▶ [Problem statement]
Each line below that holds the word "None" counts toward the answer; reply with the total number only.

Saved entries:
▬▬▬▬▬▬
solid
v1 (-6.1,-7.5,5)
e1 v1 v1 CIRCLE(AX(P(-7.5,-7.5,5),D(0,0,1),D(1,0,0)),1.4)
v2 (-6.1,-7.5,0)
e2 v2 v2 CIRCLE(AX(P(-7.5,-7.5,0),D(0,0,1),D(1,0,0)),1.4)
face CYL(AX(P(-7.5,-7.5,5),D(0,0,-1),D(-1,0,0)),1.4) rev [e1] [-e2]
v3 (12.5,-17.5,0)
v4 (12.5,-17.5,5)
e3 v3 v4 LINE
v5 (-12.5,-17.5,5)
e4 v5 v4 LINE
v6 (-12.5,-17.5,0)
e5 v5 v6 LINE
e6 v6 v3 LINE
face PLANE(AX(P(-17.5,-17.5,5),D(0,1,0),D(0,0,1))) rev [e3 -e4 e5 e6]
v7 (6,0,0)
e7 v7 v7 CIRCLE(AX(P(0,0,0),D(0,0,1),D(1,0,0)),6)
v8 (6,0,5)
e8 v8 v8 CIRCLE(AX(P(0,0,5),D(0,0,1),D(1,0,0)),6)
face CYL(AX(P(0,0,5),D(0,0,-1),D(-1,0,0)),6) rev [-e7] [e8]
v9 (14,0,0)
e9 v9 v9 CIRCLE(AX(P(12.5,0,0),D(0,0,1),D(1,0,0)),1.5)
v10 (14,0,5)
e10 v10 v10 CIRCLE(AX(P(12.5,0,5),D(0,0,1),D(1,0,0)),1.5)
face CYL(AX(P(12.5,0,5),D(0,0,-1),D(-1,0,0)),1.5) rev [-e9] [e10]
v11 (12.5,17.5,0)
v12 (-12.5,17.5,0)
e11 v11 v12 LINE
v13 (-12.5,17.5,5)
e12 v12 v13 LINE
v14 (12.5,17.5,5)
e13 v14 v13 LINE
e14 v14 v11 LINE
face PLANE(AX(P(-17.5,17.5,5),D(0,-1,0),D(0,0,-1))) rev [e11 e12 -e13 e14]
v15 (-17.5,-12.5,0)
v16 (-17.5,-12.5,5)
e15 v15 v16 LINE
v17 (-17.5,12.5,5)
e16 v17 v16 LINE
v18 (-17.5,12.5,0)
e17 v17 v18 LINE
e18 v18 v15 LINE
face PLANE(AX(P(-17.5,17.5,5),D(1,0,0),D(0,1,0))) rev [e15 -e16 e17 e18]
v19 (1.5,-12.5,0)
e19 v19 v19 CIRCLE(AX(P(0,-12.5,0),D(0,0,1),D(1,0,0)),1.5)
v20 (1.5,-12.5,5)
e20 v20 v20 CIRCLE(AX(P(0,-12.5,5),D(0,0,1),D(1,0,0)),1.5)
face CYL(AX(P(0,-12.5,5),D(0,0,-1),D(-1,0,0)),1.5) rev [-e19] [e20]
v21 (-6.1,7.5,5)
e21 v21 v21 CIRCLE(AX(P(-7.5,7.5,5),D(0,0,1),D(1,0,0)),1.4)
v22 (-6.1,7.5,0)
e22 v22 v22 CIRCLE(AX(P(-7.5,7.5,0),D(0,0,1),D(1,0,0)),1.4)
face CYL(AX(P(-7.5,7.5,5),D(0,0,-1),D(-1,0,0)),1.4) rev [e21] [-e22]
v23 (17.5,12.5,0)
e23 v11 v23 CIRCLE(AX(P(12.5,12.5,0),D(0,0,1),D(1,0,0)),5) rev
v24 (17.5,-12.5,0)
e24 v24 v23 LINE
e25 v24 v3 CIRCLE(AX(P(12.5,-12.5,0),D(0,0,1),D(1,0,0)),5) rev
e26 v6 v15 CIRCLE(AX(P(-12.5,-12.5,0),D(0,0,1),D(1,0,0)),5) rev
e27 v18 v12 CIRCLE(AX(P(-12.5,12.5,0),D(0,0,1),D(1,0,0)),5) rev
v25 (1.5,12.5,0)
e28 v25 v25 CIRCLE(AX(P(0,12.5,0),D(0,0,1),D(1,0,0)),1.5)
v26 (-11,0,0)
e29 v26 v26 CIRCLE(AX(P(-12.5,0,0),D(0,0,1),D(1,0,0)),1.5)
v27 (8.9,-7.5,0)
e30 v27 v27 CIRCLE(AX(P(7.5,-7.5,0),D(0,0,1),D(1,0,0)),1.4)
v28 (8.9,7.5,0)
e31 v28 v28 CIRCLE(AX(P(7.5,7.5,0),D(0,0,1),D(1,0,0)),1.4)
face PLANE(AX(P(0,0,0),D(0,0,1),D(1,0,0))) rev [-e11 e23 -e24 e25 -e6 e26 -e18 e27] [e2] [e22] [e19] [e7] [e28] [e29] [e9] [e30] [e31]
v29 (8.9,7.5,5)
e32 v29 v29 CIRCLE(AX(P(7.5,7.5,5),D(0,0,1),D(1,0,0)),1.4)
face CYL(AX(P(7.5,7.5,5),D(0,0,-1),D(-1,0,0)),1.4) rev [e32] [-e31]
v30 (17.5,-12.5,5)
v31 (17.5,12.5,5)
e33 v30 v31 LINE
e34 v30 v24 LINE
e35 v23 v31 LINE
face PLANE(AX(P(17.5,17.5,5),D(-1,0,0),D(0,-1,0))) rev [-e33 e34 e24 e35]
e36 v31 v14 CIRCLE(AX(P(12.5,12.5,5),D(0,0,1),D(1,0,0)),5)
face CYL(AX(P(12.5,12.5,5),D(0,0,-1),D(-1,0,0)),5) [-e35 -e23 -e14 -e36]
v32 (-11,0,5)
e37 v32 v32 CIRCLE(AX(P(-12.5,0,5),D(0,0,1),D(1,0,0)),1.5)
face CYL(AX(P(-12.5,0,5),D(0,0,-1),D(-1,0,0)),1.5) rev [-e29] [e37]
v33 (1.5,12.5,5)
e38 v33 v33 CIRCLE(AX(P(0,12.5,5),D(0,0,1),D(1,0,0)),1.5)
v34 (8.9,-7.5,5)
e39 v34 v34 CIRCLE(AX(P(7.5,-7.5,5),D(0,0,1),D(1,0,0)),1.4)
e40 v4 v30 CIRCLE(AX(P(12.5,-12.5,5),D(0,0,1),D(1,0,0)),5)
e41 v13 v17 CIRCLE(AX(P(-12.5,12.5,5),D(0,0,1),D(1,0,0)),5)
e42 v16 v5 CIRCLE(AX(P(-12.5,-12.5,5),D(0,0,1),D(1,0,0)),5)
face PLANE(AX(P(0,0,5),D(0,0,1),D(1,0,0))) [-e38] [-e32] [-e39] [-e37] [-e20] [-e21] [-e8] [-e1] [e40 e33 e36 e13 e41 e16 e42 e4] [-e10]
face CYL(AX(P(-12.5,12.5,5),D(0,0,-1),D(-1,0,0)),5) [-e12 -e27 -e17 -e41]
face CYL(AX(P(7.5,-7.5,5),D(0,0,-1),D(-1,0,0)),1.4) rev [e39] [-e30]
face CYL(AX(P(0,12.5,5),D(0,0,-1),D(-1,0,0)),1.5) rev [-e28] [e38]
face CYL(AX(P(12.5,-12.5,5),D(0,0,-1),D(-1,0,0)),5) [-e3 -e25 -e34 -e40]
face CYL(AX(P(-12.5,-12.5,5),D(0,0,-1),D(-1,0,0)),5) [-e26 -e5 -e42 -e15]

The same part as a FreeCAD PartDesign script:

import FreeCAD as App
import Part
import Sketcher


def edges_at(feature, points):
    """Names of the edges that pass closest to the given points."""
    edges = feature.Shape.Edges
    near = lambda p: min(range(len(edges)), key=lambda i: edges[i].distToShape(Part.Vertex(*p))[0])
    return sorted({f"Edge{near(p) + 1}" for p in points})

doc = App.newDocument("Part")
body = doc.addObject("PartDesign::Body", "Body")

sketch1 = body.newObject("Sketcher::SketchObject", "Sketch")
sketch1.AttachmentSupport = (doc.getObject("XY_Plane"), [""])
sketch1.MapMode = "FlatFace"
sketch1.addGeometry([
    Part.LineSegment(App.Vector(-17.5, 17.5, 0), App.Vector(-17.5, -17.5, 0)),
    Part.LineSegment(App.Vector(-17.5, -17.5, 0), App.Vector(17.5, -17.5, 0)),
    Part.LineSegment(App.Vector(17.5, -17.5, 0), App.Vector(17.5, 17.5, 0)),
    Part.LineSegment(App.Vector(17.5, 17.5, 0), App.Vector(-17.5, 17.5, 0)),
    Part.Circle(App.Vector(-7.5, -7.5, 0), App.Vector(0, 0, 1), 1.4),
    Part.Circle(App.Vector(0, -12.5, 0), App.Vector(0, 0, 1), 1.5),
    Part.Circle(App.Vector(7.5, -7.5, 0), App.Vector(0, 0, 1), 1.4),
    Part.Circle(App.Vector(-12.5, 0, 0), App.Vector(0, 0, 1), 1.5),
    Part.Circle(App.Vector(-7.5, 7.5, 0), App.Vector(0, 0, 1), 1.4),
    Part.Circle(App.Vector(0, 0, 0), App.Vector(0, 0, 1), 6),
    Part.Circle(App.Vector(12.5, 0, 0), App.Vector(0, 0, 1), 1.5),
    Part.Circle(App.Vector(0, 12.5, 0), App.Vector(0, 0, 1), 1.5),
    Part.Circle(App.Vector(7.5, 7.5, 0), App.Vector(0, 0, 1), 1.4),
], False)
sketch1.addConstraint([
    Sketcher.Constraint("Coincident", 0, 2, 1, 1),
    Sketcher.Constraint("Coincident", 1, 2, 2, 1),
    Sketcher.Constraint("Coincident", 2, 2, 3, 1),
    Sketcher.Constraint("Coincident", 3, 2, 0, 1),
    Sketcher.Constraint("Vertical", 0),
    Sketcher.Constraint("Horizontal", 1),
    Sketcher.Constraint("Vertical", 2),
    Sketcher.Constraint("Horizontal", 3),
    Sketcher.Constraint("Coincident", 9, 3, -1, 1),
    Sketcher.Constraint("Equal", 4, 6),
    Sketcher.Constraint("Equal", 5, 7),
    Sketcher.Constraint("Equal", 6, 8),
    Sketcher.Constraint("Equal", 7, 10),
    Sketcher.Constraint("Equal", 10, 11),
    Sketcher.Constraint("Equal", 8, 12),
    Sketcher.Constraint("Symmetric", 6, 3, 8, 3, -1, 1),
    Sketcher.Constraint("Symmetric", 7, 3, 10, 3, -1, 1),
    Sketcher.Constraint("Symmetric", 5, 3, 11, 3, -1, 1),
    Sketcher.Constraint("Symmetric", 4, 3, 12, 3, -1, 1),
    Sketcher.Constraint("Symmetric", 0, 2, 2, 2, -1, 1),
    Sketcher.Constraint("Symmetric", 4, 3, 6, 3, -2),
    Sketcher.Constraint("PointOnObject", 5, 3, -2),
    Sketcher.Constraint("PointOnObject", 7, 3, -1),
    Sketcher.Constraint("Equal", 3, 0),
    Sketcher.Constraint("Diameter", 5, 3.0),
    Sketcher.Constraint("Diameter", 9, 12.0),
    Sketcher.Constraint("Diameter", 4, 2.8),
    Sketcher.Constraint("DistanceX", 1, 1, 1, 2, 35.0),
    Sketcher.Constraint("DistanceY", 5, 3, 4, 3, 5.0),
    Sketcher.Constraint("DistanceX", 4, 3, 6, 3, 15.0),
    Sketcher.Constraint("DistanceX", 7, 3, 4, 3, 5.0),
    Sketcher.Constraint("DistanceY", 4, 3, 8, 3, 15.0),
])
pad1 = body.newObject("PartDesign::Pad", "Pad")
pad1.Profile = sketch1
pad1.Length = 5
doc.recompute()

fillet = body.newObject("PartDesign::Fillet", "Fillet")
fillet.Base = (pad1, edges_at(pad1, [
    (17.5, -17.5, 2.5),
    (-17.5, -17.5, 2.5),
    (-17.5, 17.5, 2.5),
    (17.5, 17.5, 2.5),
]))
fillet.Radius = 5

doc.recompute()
▬▬▬▬▬▬
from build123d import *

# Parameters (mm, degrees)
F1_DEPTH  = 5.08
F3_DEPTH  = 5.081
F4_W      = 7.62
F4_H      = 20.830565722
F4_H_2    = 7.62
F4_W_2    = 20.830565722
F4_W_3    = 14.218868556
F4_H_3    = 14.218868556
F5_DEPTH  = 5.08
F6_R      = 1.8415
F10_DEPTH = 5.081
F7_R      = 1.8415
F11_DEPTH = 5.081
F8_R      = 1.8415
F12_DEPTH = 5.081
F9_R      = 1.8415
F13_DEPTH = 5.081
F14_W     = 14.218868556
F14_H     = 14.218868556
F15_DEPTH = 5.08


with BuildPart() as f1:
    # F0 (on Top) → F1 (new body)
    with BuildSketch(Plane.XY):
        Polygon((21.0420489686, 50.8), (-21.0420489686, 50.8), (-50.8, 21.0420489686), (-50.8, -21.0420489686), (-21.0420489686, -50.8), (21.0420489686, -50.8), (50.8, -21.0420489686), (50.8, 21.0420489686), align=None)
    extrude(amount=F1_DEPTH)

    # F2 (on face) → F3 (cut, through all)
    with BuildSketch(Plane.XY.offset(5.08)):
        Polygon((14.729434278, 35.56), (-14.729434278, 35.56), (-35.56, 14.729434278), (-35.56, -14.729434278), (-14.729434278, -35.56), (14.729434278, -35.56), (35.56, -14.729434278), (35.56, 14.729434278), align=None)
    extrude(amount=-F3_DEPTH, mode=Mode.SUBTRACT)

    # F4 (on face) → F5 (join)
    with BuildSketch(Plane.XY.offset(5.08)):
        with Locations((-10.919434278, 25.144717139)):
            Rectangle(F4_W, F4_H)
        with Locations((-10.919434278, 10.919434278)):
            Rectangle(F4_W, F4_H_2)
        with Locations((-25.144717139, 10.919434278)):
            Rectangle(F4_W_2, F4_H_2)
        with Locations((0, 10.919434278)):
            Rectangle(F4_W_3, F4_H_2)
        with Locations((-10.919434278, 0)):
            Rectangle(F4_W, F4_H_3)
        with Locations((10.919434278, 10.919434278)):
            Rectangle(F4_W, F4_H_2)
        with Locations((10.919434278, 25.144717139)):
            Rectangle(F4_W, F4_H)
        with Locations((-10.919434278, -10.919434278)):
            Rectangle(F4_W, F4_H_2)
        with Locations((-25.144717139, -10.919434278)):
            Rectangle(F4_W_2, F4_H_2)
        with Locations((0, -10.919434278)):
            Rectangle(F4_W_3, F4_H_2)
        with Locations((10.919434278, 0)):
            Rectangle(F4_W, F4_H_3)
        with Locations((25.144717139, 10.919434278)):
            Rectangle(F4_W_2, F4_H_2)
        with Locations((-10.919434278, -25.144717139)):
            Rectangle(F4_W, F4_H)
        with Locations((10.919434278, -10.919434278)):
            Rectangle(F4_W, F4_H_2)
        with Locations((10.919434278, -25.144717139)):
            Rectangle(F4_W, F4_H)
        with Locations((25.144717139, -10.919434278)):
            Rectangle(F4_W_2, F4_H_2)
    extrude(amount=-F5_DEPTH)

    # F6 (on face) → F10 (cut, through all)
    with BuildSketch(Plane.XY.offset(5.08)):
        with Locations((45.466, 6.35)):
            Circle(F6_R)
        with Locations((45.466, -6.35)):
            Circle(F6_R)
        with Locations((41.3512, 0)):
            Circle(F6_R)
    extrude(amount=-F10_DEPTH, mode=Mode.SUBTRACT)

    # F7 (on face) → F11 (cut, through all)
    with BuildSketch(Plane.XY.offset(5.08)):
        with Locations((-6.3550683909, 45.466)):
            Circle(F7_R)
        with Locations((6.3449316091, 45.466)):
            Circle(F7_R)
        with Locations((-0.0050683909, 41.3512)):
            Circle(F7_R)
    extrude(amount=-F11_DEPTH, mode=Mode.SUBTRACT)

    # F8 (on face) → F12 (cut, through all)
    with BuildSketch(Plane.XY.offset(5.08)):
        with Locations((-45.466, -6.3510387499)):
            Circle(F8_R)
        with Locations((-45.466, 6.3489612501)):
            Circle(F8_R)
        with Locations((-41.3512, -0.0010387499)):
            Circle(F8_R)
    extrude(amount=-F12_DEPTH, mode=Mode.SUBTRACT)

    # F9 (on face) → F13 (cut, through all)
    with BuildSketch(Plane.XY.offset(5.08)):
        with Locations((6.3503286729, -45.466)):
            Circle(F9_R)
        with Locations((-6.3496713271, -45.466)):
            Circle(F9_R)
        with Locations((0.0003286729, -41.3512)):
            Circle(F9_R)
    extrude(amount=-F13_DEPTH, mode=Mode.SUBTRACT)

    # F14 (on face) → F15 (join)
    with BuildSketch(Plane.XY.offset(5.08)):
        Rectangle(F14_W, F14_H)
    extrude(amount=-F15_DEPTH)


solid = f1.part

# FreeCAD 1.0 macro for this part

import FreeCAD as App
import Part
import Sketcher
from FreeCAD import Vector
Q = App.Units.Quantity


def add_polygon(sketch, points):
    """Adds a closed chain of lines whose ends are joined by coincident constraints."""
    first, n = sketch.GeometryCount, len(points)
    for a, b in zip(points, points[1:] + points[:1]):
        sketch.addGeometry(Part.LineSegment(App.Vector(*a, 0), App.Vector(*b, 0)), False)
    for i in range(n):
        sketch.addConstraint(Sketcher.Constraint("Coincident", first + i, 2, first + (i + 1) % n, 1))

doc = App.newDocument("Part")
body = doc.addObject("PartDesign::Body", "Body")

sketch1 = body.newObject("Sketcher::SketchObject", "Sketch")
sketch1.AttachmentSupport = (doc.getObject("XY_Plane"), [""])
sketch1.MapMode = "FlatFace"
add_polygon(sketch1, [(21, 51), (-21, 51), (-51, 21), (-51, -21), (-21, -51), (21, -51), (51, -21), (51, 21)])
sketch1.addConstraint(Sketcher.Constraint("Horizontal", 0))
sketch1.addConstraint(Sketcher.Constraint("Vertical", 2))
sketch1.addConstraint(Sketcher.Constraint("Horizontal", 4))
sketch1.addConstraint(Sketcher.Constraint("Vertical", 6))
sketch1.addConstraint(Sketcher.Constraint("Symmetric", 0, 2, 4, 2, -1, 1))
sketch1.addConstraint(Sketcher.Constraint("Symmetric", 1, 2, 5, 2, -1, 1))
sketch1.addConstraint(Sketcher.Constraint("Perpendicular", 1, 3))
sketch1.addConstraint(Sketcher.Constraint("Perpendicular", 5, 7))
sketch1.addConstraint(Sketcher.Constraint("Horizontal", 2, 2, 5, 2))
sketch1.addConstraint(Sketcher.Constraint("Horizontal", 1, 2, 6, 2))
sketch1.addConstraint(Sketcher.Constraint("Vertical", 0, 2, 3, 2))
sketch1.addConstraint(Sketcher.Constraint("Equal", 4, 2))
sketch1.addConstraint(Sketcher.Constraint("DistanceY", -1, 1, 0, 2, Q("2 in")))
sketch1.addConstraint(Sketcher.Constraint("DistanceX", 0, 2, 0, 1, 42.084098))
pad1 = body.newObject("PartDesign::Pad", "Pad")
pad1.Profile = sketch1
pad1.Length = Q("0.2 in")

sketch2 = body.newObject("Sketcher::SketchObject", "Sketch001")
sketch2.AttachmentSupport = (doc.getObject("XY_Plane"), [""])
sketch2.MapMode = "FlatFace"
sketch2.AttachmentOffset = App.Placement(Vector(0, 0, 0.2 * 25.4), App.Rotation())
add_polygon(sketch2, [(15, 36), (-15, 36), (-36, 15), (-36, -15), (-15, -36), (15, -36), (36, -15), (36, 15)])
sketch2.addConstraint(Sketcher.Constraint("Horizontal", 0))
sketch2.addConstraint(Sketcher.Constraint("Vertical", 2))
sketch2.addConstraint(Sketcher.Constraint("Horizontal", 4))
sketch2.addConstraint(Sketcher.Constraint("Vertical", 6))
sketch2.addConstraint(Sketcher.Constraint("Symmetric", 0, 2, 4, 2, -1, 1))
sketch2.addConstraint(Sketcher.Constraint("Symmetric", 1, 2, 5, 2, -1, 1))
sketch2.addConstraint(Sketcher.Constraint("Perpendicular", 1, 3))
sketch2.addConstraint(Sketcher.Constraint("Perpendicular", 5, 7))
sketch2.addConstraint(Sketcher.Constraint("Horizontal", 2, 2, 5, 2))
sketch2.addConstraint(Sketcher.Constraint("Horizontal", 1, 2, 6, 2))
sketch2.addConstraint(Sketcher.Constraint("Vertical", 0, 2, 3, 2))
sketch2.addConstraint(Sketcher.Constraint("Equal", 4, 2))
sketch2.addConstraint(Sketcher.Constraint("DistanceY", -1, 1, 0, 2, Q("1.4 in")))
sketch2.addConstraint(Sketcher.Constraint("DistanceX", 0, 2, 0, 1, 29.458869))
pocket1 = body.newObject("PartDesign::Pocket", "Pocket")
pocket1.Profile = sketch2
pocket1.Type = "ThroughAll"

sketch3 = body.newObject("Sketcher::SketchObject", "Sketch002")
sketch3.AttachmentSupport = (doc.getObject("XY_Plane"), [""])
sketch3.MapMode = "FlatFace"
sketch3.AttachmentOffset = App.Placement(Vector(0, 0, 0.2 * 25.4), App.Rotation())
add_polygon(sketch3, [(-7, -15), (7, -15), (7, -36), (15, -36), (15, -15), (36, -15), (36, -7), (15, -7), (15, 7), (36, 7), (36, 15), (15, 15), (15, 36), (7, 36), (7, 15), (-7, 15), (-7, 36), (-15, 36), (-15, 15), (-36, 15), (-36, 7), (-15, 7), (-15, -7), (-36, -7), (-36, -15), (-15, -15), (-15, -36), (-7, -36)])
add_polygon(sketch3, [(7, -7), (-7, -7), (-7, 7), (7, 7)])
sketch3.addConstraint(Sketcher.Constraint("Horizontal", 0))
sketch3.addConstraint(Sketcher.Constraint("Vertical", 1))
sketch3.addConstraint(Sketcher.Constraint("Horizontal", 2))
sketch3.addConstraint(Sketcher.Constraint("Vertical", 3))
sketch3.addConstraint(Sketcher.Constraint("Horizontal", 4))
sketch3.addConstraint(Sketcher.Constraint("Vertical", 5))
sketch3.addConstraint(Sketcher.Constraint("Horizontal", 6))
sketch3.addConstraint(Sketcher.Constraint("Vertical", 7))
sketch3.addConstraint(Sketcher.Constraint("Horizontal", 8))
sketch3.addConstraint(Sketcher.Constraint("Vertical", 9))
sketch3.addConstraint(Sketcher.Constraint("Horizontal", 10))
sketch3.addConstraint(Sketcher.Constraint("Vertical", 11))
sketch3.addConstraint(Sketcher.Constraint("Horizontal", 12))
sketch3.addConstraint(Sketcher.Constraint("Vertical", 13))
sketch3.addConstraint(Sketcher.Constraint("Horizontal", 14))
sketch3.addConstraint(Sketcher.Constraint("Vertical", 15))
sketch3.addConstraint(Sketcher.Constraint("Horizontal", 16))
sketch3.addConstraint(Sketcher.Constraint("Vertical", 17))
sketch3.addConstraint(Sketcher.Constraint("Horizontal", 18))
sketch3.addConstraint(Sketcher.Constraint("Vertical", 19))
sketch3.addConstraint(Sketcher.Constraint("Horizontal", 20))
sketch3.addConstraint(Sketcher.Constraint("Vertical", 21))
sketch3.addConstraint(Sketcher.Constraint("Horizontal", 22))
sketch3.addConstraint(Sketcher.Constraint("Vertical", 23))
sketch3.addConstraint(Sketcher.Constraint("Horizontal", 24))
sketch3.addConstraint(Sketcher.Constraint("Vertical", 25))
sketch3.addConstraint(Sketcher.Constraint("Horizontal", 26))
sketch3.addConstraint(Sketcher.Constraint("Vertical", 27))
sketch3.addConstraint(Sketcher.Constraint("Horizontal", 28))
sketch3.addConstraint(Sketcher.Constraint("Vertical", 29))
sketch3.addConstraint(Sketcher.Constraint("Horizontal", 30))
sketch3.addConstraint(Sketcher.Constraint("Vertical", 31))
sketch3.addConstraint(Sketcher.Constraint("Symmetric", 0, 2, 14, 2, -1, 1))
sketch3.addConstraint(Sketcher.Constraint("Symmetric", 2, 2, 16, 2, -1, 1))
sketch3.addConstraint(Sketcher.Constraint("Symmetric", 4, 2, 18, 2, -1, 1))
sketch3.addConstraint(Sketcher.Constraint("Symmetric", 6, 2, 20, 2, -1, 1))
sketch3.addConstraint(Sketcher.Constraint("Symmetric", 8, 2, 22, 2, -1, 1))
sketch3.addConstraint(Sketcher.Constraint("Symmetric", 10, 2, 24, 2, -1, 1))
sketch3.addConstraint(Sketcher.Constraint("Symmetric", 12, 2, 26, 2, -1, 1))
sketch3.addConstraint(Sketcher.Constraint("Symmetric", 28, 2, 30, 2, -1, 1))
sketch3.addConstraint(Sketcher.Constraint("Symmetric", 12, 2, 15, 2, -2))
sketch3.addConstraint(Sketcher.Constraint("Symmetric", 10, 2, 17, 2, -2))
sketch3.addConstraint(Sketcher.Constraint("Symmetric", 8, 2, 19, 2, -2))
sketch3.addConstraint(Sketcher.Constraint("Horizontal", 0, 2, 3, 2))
▬▬▬▬▬▬
▶ [Reply]
2